◆ Exercise directions
Lines to return, exactly: from the line with "FILE_DESCRIPTION((''),'2;1');" to the line with "#15=CARTESIAN_POINT('',(-5.9,9.0792,0.1));" in the entries below, both included.

Extracted data entries
>>>>
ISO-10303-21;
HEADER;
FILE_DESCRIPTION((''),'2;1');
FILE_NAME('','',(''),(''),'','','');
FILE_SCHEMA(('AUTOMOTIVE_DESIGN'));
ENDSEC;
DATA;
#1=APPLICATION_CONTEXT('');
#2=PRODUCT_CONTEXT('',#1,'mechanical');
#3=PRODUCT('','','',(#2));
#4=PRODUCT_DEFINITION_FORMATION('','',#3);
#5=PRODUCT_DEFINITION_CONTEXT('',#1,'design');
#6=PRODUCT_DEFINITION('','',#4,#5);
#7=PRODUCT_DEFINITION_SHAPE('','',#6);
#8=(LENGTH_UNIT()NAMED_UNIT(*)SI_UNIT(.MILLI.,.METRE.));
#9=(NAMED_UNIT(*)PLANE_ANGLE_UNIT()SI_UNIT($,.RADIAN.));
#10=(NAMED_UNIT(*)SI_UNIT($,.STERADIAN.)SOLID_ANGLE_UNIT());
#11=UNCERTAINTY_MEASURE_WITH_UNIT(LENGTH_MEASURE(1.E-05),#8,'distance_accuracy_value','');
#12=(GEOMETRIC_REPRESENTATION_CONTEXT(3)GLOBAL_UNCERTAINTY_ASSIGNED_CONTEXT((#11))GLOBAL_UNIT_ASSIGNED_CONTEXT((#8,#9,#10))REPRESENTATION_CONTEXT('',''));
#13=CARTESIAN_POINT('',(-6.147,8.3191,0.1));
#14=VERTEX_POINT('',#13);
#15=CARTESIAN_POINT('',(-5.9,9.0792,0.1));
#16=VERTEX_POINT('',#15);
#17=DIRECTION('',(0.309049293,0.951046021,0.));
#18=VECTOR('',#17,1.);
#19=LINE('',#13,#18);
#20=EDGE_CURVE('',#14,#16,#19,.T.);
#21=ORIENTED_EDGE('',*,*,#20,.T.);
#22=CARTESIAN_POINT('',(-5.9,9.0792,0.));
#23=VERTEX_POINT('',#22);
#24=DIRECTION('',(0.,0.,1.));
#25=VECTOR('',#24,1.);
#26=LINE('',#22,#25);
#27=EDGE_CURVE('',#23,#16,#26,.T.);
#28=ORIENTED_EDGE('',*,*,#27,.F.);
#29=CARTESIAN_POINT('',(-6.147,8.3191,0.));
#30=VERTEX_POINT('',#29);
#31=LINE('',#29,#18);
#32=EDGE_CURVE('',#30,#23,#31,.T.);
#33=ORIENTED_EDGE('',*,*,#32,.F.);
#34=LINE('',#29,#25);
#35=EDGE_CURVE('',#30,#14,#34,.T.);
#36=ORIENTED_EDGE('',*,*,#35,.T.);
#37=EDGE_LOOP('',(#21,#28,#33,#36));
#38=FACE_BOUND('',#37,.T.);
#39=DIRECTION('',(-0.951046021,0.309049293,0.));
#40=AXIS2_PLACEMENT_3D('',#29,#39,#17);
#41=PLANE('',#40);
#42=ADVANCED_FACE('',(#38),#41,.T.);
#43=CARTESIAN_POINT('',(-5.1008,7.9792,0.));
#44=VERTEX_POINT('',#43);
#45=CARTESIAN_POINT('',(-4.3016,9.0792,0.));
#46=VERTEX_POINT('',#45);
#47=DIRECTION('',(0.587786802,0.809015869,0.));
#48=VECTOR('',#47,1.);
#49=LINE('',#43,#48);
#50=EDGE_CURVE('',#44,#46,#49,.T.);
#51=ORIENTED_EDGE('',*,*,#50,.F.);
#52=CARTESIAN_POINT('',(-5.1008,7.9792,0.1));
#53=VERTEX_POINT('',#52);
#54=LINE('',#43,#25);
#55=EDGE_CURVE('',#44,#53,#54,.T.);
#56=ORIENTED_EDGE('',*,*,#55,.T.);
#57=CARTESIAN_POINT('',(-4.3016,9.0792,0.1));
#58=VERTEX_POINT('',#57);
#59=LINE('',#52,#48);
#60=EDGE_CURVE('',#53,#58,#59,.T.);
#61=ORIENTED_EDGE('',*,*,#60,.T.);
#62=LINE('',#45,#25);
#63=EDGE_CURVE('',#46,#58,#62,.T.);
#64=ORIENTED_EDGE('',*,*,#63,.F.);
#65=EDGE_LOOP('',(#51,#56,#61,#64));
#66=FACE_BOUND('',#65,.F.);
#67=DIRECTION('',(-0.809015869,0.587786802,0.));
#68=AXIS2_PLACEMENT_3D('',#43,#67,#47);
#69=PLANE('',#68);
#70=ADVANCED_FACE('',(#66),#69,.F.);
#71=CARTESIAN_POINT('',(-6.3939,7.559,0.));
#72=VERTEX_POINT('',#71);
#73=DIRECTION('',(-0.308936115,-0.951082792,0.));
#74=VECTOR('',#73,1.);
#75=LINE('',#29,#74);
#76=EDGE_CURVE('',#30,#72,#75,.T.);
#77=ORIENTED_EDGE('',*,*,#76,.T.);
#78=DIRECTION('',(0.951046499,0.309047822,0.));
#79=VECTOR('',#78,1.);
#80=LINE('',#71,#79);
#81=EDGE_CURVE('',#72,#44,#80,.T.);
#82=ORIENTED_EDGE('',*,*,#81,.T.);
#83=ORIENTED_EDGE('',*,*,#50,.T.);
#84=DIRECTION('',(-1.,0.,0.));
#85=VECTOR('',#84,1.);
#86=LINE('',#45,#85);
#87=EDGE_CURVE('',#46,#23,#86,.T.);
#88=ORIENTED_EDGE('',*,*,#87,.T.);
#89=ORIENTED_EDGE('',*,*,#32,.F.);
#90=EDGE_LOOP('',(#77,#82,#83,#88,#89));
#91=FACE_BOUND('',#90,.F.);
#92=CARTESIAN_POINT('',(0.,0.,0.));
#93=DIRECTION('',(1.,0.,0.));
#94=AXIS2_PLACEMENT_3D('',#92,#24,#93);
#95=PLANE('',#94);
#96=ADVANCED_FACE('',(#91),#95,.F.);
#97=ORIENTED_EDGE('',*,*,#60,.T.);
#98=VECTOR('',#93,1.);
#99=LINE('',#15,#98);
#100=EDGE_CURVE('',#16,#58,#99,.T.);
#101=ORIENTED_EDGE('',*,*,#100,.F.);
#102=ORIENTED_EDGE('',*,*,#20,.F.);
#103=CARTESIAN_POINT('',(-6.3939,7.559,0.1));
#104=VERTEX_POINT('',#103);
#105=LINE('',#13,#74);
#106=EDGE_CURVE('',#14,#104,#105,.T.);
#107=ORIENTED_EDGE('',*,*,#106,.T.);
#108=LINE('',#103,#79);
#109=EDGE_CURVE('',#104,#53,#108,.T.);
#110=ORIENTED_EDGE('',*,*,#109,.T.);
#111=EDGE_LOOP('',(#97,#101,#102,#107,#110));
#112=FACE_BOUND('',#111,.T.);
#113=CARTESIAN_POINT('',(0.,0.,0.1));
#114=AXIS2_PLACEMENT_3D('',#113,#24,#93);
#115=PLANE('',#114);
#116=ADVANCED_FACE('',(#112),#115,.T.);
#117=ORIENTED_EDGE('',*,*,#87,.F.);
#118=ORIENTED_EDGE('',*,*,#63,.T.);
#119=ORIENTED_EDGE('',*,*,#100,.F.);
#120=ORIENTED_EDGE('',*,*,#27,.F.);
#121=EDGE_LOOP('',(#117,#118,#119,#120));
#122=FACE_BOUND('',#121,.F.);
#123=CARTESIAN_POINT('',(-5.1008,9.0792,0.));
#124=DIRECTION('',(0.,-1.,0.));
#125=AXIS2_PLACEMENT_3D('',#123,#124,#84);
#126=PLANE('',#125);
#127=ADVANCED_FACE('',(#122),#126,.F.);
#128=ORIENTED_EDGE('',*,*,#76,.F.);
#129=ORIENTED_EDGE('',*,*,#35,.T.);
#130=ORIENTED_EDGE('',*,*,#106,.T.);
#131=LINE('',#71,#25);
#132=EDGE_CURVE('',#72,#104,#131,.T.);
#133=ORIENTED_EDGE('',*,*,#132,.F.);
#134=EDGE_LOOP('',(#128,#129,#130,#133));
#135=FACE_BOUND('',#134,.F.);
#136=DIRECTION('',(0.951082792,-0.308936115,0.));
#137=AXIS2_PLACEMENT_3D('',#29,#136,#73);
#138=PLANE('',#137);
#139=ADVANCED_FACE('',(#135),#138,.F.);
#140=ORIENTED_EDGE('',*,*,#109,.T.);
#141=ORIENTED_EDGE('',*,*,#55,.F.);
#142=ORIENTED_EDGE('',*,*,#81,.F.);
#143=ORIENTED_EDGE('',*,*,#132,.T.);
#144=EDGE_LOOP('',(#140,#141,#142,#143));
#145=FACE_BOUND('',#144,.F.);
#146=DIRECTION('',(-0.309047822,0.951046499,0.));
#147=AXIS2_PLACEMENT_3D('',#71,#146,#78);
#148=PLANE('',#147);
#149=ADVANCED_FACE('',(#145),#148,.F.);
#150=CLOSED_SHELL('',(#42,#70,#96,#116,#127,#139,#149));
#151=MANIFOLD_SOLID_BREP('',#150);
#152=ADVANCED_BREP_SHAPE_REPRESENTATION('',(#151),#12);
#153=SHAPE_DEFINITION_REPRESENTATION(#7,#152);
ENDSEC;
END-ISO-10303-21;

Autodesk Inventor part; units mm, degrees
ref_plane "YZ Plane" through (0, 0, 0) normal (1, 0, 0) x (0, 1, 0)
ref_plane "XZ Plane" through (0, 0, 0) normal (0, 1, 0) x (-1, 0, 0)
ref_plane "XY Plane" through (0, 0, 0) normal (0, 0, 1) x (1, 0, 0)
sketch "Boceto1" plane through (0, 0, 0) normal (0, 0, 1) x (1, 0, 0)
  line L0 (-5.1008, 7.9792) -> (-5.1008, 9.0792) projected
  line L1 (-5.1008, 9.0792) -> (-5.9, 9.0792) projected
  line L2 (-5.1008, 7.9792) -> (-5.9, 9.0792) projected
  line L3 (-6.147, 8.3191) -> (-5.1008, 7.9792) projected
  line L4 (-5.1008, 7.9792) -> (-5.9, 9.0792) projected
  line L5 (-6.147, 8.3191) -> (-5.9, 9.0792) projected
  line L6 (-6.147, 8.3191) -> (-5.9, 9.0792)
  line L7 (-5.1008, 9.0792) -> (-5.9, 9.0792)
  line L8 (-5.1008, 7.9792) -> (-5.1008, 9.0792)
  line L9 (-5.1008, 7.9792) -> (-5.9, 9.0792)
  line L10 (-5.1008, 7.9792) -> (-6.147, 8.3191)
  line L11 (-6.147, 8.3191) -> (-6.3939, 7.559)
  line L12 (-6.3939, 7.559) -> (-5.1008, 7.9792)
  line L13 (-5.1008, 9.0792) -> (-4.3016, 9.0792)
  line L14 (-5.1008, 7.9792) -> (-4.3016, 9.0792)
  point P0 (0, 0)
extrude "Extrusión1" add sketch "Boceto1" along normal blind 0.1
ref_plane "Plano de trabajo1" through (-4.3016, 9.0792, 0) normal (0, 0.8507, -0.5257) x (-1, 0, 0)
<<<<
◆ Reply
FILE_DESCRIPTION((''),'2;1');
FILE_NAME('','',(''),(''),'','','');
FILE_SCHEMA(('AUTOMOTIVE_DESIGN'));
ENDSEC;
DATA;
#1=APPLICATION_CONTEXT('');
#2=PRODUCT_CONTEXT('',#1,'mechanical');
#3=PRODUCT('','','',(#2));
#4=PRODUCT_DEFINITION_FORMATION('','',#3);
#5=PRODUCT_DEFINITION_CONTEXT('',#1,'design');
#6=PRODUCT_DEFINITION('','',#4,#5);
#7=PRODUCT_DEFINITION_SHAPE('','',#6);
#8=(LENGTH_UNIT()NAMED_UNIT(*)SI_UNIT(.MILLI.,.METRE.));
#9=(NAMED_UNIT(*)PLANE_ANGLE_UNIT()SI_UNIT($,.RADIAN.));
#10=(NAMED_UNIT(*)SI_UNIT($,.STERADIAN.)SOLID_ANGLE_UNIT());
#11=UNCERTAINTY_MEASURE_WITH_UNIT(LENGTH_MEASURE(1.E-05),#8,'distance_accuracy_value','');
#12=(GEOMETRIC_REPRESENTATION_CONTEXT(3)GLOBAL_UNCERTAINTY_ASSIGNED_CONTEXT((#11))GLOBAL_UNIT_ASSIGNED_CONTEXT((#8,#9,#10))REPRESENTATION_CONTEXT('',''));
#13=CARTESIAN_POINT('',(-6.147,8.3191,0.1));
#14=VERTEX_POINT('',#13);
#15=CARTESIAN_POINT('',(-5.9,9.0792,0.1));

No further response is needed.